> [Problem statement]:
When you reach the line containing "v -35.694 31.914 0" in the data below, begin returning lines exactly as written, and stop once the line containing "v -33.5 30.5 30" has been returned.

> [Supplied material]:
+ + + + + + +
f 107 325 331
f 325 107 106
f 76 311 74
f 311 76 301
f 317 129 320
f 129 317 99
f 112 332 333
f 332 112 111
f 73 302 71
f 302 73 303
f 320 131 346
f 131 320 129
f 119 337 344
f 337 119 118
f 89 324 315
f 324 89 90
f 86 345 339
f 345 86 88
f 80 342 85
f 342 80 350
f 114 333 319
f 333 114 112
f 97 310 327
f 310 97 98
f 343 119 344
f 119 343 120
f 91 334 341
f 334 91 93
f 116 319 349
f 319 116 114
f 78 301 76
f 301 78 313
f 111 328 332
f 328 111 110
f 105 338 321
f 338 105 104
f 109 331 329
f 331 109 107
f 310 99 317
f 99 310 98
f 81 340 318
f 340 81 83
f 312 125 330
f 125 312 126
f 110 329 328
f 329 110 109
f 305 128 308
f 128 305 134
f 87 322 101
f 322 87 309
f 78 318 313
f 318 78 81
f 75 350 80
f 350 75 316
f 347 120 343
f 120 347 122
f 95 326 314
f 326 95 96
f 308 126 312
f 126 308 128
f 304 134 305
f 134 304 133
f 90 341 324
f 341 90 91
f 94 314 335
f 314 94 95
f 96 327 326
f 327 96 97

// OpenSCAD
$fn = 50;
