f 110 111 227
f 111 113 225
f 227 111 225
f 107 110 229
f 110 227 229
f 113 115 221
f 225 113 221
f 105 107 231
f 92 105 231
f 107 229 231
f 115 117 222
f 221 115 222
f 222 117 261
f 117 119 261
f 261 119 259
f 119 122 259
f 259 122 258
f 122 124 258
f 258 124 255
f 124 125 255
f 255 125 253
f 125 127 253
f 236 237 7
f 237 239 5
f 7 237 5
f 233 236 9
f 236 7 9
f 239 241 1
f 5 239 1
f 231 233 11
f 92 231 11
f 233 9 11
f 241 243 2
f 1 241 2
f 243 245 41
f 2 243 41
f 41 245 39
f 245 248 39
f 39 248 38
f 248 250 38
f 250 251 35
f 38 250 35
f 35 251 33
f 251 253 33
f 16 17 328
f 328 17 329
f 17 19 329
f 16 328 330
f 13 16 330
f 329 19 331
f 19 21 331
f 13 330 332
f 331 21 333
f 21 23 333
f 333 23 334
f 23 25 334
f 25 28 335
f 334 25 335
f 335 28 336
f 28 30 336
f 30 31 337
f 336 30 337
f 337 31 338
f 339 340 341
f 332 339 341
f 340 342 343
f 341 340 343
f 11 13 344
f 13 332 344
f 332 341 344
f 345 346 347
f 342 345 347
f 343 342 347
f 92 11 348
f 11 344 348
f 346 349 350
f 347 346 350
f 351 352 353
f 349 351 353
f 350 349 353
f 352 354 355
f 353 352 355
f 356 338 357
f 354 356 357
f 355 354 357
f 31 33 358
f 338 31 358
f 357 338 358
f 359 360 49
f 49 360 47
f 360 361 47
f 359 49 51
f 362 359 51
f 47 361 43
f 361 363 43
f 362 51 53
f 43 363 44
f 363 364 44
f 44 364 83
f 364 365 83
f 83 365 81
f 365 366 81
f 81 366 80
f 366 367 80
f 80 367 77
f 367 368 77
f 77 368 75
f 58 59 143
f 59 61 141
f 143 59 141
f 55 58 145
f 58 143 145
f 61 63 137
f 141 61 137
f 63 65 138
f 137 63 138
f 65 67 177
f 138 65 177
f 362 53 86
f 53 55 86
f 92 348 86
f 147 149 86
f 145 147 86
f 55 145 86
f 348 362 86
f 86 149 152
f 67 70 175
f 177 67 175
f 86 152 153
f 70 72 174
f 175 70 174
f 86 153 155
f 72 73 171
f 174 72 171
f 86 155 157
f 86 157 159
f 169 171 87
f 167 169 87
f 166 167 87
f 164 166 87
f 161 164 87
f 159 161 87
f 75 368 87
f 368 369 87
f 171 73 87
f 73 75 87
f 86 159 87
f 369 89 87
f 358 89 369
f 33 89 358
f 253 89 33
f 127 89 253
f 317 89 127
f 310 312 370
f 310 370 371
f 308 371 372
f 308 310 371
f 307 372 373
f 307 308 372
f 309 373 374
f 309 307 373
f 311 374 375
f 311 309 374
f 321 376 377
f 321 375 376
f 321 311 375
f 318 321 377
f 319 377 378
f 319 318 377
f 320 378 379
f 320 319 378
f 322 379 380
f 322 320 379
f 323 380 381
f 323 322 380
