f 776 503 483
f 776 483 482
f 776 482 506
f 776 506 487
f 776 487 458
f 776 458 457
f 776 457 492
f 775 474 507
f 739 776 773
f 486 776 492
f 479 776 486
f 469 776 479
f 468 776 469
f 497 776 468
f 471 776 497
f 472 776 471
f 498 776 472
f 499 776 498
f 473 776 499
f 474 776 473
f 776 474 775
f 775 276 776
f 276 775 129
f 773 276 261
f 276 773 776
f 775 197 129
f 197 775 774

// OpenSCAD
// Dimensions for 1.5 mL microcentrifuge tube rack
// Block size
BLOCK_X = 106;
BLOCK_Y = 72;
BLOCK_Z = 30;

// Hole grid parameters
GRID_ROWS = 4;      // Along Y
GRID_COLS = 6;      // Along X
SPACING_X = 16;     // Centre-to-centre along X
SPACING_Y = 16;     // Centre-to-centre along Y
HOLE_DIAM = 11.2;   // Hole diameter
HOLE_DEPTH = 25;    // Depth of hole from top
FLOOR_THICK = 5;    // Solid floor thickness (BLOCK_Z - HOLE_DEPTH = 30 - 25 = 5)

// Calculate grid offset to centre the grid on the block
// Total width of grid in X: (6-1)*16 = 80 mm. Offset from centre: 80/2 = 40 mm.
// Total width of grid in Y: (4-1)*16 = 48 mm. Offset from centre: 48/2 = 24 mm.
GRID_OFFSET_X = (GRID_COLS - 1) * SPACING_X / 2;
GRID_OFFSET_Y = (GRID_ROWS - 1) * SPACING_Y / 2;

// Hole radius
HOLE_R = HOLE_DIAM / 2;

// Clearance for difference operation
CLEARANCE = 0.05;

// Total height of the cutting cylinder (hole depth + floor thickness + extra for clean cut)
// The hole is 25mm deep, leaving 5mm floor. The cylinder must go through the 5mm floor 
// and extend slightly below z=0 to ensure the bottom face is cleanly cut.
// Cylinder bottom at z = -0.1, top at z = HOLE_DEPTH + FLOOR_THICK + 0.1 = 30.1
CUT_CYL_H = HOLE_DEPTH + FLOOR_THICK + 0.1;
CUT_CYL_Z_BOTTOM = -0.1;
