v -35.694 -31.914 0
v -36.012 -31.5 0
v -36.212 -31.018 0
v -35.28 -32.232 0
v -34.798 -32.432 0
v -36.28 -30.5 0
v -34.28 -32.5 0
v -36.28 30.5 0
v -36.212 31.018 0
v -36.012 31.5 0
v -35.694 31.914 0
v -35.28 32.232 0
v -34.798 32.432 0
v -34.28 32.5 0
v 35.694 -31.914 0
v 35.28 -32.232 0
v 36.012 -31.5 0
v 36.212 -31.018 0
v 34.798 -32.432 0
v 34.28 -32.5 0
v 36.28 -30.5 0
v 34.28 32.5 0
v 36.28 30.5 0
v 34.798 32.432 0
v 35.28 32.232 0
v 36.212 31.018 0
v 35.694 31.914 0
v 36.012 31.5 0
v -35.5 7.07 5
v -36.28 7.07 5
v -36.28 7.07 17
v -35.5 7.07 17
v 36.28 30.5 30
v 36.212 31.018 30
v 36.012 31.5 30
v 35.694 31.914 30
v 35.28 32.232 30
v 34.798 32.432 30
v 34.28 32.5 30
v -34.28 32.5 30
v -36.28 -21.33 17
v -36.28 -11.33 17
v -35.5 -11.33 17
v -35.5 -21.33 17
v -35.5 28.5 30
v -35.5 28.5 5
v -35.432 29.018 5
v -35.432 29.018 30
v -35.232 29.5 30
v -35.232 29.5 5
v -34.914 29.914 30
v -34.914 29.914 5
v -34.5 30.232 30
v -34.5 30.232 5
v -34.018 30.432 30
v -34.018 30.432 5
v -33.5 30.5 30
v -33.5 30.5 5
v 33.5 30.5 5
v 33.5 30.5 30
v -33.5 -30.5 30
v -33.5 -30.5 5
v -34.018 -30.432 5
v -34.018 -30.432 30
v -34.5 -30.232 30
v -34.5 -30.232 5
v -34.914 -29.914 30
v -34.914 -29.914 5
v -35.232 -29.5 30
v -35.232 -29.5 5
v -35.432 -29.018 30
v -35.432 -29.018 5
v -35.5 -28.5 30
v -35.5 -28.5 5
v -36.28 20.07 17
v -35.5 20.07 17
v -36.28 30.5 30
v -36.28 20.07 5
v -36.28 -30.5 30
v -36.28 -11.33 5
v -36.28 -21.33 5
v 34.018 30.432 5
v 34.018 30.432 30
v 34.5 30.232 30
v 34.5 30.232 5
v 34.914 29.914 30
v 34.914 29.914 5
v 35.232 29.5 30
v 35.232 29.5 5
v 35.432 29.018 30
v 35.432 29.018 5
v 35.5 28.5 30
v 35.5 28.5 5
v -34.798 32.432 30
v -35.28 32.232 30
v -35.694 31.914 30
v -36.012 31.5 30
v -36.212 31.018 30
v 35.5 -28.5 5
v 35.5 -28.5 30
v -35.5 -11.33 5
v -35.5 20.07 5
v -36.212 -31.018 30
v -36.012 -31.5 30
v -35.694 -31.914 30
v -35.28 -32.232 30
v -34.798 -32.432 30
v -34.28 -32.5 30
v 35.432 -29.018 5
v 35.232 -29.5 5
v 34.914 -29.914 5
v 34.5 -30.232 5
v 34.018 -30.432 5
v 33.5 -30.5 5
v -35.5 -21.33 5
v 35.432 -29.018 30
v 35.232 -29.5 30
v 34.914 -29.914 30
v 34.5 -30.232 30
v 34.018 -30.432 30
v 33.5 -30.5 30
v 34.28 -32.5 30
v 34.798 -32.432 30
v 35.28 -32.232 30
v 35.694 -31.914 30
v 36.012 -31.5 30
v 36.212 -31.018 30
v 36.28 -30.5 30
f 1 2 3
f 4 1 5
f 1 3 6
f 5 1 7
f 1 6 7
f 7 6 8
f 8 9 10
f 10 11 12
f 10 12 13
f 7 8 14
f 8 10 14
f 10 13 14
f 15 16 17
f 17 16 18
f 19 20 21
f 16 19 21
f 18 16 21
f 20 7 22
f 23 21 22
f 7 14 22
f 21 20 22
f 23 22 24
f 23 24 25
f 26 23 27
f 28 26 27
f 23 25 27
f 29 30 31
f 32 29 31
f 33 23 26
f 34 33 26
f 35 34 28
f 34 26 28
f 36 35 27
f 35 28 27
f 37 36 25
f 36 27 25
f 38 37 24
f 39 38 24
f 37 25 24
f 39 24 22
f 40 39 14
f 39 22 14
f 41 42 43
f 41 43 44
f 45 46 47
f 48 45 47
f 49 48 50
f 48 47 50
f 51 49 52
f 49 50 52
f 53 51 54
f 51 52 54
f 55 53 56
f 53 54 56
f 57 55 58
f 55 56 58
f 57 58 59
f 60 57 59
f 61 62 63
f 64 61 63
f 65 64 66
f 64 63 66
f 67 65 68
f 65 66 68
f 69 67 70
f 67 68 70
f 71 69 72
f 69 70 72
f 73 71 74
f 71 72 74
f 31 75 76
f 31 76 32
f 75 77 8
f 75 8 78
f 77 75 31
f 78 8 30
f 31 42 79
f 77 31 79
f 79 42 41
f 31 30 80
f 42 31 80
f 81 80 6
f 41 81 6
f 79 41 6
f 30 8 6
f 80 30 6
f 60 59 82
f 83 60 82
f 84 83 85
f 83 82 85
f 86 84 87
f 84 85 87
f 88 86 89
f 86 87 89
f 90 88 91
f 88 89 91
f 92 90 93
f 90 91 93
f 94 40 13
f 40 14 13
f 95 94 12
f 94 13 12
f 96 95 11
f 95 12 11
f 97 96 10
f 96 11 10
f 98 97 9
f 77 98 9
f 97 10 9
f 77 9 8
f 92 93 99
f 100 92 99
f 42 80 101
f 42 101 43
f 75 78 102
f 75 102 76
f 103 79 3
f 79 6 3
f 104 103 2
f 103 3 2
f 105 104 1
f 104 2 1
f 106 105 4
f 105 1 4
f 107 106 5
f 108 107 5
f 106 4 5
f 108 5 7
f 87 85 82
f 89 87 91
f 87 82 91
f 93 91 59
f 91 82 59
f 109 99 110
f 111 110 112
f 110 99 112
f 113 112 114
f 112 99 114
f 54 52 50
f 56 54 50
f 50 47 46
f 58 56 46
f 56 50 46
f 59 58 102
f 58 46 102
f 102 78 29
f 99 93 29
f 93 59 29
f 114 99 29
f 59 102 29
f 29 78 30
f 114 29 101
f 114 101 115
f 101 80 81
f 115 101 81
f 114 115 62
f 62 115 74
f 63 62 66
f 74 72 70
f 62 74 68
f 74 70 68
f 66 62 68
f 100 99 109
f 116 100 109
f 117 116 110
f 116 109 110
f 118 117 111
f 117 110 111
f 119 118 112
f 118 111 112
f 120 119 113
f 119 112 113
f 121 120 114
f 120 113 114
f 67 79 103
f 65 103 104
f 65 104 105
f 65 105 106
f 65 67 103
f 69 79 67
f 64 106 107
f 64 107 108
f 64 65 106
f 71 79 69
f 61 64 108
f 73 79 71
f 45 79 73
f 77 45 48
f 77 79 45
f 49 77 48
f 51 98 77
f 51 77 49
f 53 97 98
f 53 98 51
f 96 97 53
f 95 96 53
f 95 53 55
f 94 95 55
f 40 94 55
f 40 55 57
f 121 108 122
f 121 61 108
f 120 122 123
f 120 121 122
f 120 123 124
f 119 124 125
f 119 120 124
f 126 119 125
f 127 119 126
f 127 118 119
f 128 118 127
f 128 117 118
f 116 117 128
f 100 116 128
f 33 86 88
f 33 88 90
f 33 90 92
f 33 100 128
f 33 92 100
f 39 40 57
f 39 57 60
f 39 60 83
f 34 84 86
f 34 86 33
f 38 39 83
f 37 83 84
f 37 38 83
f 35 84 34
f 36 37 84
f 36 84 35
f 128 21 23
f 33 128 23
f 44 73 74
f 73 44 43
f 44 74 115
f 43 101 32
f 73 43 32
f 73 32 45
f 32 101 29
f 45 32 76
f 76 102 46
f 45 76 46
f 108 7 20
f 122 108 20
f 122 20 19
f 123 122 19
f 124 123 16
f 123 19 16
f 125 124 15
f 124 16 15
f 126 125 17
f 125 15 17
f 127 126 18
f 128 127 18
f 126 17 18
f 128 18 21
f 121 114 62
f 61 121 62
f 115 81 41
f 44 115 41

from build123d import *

# Parameters (mm, degrees)
F1_DEPTH = 5
F3_DEPTH = 25
F4_W     = 10
F4_H     = 12
F4_W_2   = 13
F5_DEPTH = 2.1


with BuildPart() as f1:
    # F0 (on Top) → F1 (new body)
    with BuildSketch(Plane.XY):
        with BuildLine():
            Line((34.28, 32.5), (-34.28, 32.5))
            ThreePointArc((-34.28, 32.5), (-35.694214, 31.914214), (-36.28, 30.5))
            Line((-36.28, 30.5), (-36.28, -30.5))
            ThreePointArc((-36.28, -30.5), (-35.694214, -31.914214), (-34.28, -32.5))
            Line((-34.28, -32.5), (34.28, -32.5))
            ThreePointArc((34.28, -32.5), (35.694214, -31.914214), (36.28, -30.5))
            Line((36.28, -30.5), (36.28, 30.5))
            ThreePointArc((36.28, 30.5), (35.694214, 31.914214), (34.28, 32.5))
        make_face()
    extrude(amount=F1_DEPTH)

    # F2 (on face) → F3 (join)
    with BuildSketch(Plane.XY.offset(5)):
        with BuildLine():
            ThreePointArc((36.28, 30.5), (35.694214, 31.914214), (34.28, 32.5))
            Line((34.28, 32.5), (-34.28, 32.5))
            ThreePointArc((-34.28, 32.5), (-35.694214, 31.914214), (-36.28, 30.5))
            Line((-36.28, 30.5), (-36.28, -30.5))
            ThreePointArc((-36.28, -30.5), (-35.694214, -31.914214), (-34.28, -32.5))
            Line((-34.28, -32.5), (34.28, -32.5))
            ThreePointArc((34.28, -32.5), (35.694214, -31.914214), (36.28, -30.5))
            Line((36.28, -30.5), (36.28, 30.5))
        make_face()
        with BuildLine():
            ThreePointArc((-35.5, 28.5), (-34.914214, 29.914214), (-33.5, 30.5))
            Line((-33.5, 30.5), (33.5, 30.5))
            ThreePointArc((33.5, 30.5), (34.914214, 29.914214), (35.5, 28.5))
            Line((35.5, 28.5), (35.5, -28.5))
            ThreePointArc((35.5, -28.5), (34.914214, -29.914214), (33.5, -30.5))
            Line((33.5, -30.5), (-33.5, -30.5))
            ThreePointArc((-33.5, -30.5), (-34.914214, -29.914214), (-35.5, -28.5))
            Line((-35.5, -28.5), (-35.5, 28.5))
        make_face(mode=Mode.SUBTRACT)
    extrude(amount=F3_DEPTH)

    # F4 (on face) → F5 (cut)
    with BuildSketch(Plane(origin=(-36.28, 0, 0), x_dir=(0, -1, 0), z_dir=(-1, 0, 0))):
        with Locations((16.33, 11)):
            Rectangle(F4_W, F4_H)
        with Locations((-13.57, 11)):
            Rectangle(F4_W_2, F4_H)
    extrude(amount=-F5_DEPTH, mode=Mode.SUBTRACT)


solid = f1.part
+ + + + + + +
> [Result]:
v -35.694 31.914 0
v -35.28 32.232 0
v -34.798 32.432 0
v -34.28 32.5 0
v 35.694 -31.914 0
v 35.28 -32.232 0
v 36.012 -31.5 0
v 36.212 -31.018 0
v 34.798 -32.432 0
v 34.28 -32.5 0
v 36.28 -30.5 0
v 34.28 32.5 0
v 36.28 30.5 0
v 34.798 32.432 0
v 35.28 32.232 0
v 36.212 31.018 0
v 35.694 31.914 0
v 36.012 31.5 0
v -35.5 7.07 5
v -36.28 7.07 5
v -36.28 7.07 17
v -35.5 7.07 17
v 36.28 30.5 30
v 36.212 31.018 30
v 36.012 31.5 30
v 35.694 31.914 30
v 35.28 32.232 30
v 34.798 32.432 30
v 34.28 32.5 30
v -34.28 32.5 30
v -36.28 -21.33 17
v -36.28 -11.33 17
v -35.5 -11.33 17
v -35.5 -21.33 17
v -35.5 28.5 30
v -35.5 28.5 5
v -35.432 29.018 5
v -35.432 29.018 30
v -35.232 29.5 30
v -35.232 29.5 5
v -34.914 29.914 30
v -34.914 29.914 5
v -34.5 30.232 30
v -34.5 30.232 5
v -34.018 30.432 30
v -34.018 30.432 5
v -33.5 30.5 30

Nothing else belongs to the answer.